Task to carry out: Below are lines of data, and only some are wanted. Please repeat exactly those from the line that has "extrude(amount=BOSS_EXTRUDE1_DEPTH)" through the line that has "A parametric FreeCAD".

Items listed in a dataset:

━━━━

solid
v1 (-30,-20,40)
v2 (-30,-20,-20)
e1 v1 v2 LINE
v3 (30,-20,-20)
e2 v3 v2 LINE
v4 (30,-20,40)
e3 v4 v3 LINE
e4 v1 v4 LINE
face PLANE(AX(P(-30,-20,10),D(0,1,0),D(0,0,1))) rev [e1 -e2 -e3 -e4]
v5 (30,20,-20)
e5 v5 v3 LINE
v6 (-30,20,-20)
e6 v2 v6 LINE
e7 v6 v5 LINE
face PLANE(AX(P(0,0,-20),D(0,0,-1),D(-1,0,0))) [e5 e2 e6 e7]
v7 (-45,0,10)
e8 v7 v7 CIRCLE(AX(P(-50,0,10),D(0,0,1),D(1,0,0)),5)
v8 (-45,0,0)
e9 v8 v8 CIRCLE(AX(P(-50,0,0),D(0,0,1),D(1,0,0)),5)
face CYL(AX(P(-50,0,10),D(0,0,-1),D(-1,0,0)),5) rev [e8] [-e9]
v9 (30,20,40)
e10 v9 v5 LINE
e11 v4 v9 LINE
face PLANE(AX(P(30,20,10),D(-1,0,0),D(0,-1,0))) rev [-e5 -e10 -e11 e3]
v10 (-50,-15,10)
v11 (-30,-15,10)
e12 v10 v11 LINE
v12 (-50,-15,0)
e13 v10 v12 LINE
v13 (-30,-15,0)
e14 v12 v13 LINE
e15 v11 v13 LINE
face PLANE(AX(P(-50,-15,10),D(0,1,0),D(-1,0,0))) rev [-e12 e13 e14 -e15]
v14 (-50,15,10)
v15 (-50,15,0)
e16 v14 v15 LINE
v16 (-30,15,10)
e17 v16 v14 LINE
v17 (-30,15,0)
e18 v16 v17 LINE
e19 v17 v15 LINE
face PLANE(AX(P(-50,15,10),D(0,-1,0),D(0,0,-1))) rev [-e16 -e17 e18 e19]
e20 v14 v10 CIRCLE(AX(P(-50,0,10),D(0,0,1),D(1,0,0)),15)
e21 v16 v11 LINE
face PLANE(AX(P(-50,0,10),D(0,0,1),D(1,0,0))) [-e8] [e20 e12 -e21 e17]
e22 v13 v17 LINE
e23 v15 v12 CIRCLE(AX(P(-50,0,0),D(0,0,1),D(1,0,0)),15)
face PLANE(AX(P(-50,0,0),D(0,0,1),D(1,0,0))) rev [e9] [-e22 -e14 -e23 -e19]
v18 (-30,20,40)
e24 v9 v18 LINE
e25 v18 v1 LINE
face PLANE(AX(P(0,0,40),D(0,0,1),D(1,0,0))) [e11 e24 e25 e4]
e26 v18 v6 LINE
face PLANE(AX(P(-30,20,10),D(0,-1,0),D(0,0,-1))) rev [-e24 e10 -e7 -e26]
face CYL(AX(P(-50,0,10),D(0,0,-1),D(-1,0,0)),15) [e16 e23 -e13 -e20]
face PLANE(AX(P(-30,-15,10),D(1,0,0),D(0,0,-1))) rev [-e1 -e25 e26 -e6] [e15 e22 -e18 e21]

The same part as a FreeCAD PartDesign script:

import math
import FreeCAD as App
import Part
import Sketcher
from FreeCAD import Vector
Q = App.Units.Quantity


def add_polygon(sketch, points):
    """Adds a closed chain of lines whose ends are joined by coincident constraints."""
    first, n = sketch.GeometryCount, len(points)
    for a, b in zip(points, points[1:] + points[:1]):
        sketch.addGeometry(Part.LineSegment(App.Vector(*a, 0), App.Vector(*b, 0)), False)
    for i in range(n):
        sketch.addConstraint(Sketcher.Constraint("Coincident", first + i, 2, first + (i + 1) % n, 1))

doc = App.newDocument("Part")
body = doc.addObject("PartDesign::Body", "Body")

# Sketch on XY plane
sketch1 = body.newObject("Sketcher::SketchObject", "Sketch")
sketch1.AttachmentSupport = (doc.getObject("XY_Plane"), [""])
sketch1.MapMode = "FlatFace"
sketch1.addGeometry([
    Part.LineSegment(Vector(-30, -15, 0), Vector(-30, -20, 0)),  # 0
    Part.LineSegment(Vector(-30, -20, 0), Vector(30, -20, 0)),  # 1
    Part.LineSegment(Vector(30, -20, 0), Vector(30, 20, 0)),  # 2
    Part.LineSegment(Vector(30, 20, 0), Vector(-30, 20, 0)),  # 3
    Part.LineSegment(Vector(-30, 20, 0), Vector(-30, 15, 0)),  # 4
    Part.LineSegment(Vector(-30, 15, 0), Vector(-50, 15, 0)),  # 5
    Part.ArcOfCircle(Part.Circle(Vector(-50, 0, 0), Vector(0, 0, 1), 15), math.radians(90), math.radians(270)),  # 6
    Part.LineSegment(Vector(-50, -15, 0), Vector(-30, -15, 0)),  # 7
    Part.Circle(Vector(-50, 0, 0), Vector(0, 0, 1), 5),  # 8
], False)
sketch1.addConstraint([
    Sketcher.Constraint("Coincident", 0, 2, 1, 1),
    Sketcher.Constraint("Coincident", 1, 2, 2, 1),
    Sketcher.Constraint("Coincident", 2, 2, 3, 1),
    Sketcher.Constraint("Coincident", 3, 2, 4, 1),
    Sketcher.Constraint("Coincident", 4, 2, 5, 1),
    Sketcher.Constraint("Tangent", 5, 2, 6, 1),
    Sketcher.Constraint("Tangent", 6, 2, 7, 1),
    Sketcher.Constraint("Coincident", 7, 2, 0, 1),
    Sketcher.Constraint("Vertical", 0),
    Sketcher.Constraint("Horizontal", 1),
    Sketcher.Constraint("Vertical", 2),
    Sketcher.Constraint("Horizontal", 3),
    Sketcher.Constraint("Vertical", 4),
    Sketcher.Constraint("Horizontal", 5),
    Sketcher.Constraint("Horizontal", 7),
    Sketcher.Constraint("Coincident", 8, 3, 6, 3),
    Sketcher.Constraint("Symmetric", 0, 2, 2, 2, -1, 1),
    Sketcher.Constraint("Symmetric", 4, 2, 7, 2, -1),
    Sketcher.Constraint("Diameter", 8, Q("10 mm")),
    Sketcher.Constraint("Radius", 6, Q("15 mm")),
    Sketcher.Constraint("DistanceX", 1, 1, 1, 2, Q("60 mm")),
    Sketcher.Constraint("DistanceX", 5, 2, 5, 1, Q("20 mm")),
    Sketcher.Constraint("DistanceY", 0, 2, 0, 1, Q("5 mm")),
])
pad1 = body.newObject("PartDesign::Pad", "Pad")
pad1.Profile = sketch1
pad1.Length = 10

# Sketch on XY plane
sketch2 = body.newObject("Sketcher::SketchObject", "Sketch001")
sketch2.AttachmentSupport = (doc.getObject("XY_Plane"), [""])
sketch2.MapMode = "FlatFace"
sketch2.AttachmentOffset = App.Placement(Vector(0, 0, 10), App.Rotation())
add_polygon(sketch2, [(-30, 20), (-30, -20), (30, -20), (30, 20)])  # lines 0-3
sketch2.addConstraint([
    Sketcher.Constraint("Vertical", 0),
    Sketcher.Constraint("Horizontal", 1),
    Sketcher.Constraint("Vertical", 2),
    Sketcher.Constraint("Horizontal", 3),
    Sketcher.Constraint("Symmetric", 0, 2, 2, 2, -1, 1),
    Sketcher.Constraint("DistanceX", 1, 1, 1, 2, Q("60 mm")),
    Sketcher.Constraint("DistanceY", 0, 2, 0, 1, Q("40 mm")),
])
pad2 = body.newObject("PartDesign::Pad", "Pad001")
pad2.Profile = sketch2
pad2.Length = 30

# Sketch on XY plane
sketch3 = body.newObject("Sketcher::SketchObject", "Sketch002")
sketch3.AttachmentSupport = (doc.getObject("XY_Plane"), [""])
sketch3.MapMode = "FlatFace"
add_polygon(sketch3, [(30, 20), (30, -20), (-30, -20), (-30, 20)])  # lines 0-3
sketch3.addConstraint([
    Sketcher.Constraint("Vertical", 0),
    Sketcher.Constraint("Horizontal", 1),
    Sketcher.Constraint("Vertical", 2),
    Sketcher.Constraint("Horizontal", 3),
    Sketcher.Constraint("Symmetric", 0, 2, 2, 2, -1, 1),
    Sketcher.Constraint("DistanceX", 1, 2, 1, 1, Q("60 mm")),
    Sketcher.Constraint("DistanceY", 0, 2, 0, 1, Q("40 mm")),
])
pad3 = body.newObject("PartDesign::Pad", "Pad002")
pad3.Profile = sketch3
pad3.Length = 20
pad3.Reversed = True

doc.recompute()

━━━━

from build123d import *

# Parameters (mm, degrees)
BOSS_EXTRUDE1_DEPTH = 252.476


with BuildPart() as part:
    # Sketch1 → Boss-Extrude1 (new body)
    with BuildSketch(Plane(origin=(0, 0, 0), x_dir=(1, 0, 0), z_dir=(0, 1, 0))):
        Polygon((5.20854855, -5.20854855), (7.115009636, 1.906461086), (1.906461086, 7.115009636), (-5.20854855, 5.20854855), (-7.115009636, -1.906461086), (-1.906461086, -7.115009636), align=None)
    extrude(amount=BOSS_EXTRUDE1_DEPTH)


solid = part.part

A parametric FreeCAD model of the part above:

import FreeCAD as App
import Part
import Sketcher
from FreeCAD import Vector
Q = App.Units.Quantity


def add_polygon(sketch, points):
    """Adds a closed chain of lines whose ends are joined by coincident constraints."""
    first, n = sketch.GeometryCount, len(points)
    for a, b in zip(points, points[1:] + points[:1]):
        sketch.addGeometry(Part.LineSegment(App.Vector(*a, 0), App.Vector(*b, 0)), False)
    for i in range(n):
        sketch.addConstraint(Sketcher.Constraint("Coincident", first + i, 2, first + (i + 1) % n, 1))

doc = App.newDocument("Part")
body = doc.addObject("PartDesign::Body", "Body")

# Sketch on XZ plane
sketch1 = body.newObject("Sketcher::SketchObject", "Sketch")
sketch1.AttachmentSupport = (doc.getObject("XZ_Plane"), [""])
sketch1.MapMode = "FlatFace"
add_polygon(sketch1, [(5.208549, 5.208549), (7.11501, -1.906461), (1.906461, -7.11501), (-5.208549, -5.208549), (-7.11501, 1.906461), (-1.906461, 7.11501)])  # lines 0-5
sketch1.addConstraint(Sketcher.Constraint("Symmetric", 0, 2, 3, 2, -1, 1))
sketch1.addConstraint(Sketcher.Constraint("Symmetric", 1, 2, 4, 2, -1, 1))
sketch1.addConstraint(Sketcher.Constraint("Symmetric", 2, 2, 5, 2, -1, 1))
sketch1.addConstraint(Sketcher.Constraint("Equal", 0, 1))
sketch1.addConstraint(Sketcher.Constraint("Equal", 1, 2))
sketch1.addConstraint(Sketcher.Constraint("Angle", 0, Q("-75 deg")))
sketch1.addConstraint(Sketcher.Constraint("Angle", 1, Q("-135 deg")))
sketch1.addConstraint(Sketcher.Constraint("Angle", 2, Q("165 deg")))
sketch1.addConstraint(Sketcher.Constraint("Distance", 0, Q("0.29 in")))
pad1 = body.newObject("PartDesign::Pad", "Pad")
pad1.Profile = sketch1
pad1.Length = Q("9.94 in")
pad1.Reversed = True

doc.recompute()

━━━━

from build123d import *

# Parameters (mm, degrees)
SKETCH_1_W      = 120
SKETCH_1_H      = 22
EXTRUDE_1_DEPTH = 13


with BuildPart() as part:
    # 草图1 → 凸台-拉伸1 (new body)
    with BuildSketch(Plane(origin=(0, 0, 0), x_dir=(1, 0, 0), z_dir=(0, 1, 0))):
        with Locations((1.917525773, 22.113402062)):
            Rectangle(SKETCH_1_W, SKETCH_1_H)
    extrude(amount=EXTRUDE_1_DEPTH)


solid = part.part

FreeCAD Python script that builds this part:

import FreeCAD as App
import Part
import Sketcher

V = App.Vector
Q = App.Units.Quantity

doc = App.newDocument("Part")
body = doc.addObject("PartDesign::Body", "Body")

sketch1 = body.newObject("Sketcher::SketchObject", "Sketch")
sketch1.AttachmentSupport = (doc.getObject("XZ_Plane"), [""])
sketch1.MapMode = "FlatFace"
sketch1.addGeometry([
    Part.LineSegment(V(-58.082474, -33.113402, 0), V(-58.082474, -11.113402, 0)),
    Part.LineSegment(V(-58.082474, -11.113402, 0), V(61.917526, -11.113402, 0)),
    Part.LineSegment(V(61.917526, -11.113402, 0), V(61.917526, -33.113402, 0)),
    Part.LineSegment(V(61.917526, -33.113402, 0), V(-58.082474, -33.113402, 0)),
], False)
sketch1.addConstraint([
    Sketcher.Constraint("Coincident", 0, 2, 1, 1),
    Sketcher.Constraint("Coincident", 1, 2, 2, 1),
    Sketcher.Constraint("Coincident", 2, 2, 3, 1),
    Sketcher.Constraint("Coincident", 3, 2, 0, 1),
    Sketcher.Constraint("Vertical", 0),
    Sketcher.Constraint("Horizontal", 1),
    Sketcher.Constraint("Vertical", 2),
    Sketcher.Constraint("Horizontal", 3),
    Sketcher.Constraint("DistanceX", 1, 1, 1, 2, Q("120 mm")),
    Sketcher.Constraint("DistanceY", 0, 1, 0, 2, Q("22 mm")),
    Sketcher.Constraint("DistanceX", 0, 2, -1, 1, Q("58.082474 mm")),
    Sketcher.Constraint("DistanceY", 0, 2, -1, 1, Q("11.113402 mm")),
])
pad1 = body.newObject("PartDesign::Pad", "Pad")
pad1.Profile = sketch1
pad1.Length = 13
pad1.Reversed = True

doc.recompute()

━━━━

Answer to this problem:
    extrude(amount=BOSS_EXTRUDE1_DEPTH)


solid = part.part

A parametric FreeCAD model of the part above:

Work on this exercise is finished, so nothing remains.